[WHAT IS REQUIRED]
Reproduce word for word, from the entries below, the line with "#405=SHAPE_DEFINITION_REPRESENTATION(#7,#404);", the line with "Line((13.885189, -13.499972), (20.423599, 30.269703))", and every line between them, and nothing more.

[Dataset records]
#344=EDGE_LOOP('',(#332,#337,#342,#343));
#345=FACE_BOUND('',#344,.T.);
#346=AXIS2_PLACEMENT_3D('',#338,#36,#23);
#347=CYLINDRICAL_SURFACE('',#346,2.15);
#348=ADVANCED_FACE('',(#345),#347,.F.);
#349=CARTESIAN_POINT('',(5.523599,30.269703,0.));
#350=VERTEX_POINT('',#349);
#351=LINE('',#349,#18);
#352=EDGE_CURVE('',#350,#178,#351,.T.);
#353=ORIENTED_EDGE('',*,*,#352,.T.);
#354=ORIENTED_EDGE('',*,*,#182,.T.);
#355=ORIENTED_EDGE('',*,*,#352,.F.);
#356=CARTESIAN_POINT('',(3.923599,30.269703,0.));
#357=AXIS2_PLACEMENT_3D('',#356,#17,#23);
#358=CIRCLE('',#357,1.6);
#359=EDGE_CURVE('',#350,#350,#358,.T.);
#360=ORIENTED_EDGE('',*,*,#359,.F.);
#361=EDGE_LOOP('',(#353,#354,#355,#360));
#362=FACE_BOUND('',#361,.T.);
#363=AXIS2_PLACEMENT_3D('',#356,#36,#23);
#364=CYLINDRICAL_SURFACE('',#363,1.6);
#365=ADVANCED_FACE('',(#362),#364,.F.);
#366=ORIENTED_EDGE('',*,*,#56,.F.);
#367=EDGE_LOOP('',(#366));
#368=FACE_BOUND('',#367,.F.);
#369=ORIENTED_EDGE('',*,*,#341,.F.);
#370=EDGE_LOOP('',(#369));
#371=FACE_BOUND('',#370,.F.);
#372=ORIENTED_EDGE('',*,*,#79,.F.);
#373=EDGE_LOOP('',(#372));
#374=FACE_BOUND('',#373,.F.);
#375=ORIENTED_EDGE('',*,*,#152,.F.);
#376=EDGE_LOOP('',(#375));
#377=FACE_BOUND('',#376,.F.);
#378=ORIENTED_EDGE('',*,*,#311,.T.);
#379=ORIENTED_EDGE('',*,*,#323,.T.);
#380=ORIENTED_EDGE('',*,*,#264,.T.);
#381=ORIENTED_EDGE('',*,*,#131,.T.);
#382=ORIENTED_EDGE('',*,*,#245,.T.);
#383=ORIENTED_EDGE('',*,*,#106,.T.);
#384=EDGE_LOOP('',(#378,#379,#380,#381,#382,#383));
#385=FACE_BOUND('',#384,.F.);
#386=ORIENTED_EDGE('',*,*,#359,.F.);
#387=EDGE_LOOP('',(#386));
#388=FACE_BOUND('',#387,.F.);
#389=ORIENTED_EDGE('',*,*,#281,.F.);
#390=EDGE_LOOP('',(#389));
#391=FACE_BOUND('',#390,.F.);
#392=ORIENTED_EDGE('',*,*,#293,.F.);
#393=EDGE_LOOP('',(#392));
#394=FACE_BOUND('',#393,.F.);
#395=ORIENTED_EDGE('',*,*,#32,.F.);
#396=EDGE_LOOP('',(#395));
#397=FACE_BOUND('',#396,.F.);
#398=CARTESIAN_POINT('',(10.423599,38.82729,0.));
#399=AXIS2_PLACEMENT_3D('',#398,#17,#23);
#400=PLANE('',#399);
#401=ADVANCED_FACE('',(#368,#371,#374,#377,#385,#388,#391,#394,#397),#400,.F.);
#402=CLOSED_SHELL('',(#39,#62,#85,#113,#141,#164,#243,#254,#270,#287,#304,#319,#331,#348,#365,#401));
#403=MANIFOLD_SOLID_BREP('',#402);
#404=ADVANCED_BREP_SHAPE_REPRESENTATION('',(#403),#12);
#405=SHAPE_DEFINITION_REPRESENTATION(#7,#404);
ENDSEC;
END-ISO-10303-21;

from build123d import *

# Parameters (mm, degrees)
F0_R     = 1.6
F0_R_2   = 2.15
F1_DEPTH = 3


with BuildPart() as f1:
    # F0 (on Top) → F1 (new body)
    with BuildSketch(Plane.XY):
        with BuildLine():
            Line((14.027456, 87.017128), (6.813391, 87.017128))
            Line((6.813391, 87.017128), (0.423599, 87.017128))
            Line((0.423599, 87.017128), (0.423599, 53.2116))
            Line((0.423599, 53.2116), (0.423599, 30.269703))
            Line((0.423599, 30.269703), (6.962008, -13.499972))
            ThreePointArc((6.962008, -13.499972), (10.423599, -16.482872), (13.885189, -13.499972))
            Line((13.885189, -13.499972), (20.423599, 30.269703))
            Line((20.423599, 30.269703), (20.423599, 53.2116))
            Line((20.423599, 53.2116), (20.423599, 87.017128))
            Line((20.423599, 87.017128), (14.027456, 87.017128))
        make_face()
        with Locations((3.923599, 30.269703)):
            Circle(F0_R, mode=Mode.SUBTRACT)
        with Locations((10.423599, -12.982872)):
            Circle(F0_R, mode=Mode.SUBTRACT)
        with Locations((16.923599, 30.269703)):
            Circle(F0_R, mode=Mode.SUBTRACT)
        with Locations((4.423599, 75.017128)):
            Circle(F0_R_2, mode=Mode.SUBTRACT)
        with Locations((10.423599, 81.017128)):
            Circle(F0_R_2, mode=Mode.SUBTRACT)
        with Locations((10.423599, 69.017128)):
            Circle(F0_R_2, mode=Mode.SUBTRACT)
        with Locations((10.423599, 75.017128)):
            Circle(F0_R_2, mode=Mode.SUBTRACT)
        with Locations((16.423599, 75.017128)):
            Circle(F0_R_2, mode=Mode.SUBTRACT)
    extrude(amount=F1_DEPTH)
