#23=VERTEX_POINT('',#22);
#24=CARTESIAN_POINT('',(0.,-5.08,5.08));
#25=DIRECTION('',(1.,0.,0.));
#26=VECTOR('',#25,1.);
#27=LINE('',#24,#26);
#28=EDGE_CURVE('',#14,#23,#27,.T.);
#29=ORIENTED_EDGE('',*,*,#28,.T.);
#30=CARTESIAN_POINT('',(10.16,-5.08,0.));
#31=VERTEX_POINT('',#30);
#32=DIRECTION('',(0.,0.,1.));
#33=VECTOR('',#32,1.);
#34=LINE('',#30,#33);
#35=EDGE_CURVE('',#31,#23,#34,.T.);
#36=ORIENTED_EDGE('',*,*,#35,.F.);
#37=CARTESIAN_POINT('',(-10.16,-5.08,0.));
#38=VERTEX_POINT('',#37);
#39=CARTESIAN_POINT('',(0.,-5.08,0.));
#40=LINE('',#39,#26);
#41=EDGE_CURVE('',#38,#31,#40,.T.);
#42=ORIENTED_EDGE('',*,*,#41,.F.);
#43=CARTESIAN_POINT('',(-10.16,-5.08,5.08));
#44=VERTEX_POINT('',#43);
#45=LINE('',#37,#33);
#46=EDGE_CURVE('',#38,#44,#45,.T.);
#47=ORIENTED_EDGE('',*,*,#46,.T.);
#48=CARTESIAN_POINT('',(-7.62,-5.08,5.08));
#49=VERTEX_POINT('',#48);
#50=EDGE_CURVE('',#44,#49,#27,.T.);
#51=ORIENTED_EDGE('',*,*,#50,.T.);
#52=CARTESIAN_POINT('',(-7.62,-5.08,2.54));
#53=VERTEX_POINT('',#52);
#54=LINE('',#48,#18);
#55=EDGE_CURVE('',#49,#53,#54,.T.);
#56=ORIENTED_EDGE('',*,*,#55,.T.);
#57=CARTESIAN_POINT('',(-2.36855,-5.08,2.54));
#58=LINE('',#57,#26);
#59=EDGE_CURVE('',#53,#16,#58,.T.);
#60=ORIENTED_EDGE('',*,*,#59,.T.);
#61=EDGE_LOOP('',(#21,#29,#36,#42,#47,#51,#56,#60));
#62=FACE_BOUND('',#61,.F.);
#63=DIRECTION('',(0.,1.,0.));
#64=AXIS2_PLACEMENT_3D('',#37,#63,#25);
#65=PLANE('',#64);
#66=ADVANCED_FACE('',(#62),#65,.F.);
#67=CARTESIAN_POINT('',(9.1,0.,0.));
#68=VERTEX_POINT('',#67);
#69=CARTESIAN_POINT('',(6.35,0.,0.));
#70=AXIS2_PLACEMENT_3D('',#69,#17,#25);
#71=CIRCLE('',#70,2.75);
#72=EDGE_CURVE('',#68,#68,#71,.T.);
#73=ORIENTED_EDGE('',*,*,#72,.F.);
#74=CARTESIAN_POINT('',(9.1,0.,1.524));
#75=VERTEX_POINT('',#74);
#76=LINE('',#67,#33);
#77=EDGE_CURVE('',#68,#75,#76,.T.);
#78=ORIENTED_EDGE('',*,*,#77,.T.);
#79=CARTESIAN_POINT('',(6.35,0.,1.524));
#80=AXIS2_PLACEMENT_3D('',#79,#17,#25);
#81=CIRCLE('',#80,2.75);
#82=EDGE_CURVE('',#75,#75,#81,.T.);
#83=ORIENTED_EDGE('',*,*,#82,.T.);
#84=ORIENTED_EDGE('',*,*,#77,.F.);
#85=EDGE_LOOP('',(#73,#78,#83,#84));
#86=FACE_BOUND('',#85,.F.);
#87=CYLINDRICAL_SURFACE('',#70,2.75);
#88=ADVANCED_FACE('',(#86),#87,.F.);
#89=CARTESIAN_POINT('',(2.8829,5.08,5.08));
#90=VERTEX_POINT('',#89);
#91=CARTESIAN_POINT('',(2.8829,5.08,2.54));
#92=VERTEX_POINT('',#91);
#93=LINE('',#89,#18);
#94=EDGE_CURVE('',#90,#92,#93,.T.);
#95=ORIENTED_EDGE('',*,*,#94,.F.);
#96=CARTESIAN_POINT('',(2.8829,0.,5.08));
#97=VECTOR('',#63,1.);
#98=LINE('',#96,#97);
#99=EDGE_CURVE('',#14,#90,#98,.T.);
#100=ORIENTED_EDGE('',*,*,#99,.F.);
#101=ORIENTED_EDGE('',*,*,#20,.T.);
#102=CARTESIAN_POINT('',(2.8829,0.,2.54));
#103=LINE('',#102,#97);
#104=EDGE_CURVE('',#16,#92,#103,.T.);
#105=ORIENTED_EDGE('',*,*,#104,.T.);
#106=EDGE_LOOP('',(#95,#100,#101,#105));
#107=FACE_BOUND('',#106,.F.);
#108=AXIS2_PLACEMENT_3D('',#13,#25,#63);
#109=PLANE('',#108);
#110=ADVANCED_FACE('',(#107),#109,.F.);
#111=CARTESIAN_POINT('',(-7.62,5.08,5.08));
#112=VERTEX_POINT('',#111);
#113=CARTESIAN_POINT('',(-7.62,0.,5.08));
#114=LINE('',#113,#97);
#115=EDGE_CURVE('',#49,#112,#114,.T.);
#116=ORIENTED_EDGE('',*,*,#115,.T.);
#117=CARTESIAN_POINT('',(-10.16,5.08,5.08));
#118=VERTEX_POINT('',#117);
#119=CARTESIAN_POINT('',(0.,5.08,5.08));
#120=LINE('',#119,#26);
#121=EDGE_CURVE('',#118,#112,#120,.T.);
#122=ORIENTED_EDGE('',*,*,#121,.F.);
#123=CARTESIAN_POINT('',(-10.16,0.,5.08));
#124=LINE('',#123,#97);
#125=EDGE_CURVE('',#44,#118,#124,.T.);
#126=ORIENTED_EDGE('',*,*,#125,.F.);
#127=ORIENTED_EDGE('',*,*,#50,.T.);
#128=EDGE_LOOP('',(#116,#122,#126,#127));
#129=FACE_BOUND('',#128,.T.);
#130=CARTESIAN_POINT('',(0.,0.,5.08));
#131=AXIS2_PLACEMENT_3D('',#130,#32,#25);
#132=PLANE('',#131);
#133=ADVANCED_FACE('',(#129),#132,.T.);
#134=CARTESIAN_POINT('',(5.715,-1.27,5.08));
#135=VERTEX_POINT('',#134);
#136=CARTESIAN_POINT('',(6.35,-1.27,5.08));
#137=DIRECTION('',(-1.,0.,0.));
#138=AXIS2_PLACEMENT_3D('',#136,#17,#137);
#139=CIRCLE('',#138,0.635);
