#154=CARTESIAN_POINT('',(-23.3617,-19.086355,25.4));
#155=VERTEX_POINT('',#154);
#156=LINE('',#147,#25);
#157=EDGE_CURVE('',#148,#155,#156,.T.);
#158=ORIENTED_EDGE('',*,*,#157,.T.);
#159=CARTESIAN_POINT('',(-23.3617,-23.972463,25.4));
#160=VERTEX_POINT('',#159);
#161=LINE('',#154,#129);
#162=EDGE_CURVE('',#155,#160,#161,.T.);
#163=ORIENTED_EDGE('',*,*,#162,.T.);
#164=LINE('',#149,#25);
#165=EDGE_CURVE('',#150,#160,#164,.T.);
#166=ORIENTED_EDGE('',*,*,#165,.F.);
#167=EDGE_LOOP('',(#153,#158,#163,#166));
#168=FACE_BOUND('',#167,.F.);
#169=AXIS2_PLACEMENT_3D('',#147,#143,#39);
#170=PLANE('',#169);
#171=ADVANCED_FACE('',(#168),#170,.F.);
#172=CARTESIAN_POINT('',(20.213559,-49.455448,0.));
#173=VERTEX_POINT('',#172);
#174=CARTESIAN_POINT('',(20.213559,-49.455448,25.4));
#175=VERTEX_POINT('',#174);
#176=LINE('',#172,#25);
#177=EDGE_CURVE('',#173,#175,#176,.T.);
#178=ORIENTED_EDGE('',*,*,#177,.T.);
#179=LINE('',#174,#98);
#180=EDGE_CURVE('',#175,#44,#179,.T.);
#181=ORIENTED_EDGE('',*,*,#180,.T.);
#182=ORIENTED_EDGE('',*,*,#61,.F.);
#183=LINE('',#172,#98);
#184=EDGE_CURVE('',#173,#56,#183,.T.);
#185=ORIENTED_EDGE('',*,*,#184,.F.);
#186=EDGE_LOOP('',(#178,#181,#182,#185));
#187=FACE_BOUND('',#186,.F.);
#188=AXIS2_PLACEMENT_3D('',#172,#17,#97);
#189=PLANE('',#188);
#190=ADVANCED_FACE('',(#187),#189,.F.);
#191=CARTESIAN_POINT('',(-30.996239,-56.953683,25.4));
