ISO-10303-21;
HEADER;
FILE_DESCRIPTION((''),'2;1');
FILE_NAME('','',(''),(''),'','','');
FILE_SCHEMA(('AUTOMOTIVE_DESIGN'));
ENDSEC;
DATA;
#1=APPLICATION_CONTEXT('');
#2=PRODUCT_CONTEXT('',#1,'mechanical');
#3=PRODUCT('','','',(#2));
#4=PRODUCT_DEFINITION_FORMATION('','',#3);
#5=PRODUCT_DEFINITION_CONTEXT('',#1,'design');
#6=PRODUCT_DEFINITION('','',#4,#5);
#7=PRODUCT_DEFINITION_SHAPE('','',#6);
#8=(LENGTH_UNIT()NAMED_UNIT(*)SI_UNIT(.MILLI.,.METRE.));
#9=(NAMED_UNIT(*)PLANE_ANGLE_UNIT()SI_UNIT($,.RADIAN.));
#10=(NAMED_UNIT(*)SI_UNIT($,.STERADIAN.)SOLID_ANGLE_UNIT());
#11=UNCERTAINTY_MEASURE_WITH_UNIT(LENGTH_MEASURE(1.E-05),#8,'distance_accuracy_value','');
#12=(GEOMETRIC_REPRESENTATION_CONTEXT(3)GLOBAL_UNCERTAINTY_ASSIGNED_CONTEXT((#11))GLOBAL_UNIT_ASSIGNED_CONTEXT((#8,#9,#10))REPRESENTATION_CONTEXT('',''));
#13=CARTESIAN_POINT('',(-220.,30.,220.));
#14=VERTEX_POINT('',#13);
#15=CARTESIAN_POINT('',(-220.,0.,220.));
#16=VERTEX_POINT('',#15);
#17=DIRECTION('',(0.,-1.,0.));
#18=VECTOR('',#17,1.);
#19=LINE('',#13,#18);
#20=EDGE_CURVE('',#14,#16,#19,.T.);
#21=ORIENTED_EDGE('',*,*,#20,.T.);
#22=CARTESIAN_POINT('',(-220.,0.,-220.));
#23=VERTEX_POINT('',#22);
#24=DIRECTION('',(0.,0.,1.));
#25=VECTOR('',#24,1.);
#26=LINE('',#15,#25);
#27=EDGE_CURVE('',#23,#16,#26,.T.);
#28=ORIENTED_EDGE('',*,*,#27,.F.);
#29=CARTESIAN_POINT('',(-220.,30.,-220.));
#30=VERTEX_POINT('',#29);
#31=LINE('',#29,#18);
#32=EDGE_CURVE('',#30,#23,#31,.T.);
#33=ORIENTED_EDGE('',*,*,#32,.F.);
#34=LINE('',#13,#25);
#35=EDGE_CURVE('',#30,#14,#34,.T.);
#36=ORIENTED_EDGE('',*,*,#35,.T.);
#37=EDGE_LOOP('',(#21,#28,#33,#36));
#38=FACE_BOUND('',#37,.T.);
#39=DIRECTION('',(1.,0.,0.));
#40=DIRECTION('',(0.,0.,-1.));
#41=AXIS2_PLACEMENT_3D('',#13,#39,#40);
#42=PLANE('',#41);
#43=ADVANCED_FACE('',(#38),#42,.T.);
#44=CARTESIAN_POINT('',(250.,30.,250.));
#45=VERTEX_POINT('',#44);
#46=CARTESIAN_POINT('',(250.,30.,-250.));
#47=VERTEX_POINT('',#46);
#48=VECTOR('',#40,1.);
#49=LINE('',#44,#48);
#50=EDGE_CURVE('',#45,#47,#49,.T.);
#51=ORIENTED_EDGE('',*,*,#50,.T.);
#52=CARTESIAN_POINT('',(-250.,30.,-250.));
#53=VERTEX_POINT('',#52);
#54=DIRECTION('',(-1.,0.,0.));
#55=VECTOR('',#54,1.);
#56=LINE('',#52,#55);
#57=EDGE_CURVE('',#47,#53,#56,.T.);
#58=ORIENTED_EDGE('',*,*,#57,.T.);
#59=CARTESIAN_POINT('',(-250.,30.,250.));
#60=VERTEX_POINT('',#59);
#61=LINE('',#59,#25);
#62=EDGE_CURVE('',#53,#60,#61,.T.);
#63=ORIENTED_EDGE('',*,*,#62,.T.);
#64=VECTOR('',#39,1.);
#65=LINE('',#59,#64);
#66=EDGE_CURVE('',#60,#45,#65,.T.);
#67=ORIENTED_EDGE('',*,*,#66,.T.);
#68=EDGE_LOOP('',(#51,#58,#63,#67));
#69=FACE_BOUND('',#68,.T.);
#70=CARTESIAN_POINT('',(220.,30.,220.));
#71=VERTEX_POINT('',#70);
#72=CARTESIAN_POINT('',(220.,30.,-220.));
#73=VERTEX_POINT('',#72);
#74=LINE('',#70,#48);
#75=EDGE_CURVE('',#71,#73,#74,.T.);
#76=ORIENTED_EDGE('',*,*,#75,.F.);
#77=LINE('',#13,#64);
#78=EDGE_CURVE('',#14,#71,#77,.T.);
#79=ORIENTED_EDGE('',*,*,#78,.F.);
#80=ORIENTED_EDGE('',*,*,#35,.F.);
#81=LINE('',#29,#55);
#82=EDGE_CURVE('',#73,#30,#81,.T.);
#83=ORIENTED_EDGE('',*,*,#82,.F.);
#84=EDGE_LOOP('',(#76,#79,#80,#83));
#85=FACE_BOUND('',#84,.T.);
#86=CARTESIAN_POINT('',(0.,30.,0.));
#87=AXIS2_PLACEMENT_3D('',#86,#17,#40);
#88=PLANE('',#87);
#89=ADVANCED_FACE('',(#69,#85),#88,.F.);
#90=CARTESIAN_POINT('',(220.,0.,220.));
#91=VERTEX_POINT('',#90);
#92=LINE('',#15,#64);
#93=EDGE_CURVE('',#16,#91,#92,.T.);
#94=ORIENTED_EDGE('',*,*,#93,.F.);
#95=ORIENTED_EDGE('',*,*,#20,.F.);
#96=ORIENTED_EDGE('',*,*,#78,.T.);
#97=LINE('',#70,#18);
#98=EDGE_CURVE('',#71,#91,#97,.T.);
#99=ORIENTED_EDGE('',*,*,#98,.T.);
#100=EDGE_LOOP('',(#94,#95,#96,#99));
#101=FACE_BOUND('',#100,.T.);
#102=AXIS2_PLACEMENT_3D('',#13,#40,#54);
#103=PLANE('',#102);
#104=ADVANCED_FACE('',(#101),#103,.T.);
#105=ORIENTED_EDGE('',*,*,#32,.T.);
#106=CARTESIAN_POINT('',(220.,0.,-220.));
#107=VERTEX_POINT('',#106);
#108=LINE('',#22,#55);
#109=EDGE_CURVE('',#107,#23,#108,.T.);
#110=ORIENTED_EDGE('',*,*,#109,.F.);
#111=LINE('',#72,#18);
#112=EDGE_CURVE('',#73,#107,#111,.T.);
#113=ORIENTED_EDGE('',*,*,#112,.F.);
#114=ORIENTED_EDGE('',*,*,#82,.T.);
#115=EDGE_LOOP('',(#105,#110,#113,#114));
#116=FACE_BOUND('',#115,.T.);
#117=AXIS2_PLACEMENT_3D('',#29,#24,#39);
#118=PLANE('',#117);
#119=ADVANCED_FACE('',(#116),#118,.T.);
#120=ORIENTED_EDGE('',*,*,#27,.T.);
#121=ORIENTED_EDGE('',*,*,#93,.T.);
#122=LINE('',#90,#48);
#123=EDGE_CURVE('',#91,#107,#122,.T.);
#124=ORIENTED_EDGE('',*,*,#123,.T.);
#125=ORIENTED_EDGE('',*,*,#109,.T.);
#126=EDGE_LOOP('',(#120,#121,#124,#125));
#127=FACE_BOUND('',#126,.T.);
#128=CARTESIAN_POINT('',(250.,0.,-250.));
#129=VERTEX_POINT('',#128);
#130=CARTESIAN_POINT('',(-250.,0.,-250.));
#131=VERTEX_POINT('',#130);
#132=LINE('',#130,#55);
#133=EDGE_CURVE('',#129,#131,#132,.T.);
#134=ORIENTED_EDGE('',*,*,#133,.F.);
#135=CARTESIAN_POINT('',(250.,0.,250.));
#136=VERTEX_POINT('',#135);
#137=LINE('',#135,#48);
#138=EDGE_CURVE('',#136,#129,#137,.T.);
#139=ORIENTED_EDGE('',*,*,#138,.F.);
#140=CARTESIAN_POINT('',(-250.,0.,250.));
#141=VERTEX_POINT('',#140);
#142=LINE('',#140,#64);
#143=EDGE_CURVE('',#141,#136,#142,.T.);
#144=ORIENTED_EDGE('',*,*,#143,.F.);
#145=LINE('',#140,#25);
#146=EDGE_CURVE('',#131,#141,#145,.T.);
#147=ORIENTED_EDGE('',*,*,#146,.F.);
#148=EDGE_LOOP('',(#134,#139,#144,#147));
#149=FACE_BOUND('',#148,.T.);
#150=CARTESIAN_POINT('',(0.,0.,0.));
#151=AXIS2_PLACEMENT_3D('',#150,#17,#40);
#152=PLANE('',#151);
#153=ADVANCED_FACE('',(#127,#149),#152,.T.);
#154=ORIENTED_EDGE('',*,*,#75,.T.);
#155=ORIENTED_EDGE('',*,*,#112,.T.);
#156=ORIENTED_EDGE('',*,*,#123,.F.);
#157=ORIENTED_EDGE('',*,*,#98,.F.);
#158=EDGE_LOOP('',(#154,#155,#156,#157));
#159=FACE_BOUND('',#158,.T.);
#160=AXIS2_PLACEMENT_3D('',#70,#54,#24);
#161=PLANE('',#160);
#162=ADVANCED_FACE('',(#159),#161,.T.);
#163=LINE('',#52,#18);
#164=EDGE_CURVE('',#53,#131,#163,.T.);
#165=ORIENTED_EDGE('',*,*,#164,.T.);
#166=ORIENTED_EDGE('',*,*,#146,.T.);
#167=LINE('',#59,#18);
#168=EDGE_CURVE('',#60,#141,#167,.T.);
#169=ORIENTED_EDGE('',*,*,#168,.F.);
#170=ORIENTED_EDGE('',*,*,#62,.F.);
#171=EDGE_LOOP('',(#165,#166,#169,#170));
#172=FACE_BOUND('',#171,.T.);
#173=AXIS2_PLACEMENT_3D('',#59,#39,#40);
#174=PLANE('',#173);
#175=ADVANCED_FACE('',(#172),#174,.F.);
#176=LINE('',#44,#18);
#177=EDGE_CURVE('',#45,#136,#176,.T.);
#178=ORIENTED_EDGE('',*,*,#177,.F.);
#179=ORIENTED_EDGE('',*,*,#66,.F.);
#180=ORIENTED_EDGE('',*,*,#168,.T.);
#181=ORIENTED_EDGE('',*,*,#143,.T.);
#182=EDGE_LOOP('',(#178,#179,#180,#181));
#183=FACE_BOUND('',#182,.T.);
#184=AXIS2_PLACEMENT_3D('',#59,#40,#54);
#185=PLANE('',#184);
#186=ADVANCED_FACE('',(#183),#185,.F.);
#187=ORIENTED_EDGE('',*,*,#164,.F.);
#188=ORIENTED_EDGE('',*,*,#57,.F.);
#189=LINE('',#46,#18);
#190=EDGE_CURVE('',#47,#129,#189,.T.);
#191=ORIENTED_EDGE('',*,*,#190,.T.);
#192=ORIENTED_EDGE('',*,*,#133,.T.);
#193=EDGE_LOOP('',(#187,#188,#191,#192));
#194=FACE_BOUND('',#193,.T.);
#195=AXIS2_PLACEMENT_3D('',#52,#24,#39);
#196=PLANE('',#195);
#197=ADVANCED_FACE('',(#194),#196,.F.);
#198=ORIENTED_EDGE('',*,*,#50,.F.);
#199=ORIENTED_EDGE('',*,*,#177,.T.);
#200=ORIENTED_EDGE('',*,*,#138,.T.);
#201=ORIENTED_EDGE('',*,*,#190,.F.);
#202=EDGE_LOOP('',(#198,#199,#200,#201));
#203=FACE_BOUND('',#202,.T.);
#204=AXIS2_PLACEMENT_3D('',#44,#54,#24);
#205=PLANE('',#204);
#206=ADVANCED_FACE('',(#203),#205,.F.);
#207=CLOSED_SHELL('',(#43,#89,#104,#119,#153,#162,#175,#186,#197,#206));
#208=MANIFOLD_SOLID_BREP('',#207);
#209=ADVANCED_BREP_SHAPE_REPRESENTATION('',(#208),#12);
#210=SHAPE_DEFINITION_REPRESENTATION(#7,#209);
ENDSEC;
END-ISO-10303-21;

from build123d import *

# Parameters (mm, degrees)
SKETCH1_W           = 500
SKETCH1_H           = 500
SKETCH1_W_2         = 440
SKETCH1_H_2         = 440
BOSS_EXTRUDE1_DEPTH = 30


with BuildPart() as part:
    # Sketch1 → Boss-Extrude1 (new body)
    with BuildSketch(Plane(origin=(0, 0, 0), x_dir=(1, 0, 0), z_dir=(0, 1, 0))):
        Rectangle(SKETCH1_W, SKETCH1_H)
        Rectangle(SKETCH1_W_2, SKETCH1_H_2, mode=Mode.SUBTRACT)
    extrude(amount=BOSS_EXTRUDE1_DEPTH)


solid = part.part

[RESULT OF THE EXERCISE]
#405=SHAPE_DEFINITION_REPRESENTATION(#7,#404);
ENDSEC;
END-ISO-10303-21;

from build123d import *

# Parameters (mm, degrees)
F0_R     = 1.6
F0_R_2   = 2.15
F1_DEPTH = 3


with BuildPart() as f1:
    # F0 (on Top) → F1 (new body)
    with BuildSketch(Plane.XY):
        with BuildLine():
            Line((14.027456, 87.017128), (6.813391, 87.017128))
            Line((6.813391, 87.017128), (0.423599, 87.017128))
            Line((0.423599, 87.017128), (0.423599, 53.2116))
            Line((0.423599, 53.2116), (0.423599, 30.269703))
            Line((0.423599, 30.269703), (6.962008, -13.499972))
            ThreePointArc((6.962008, -13.499972), (10.423599, -16.482872), (13.885189, -13.499972))
            Line((13.885189, -13.499972), (20.423599, 30.269703))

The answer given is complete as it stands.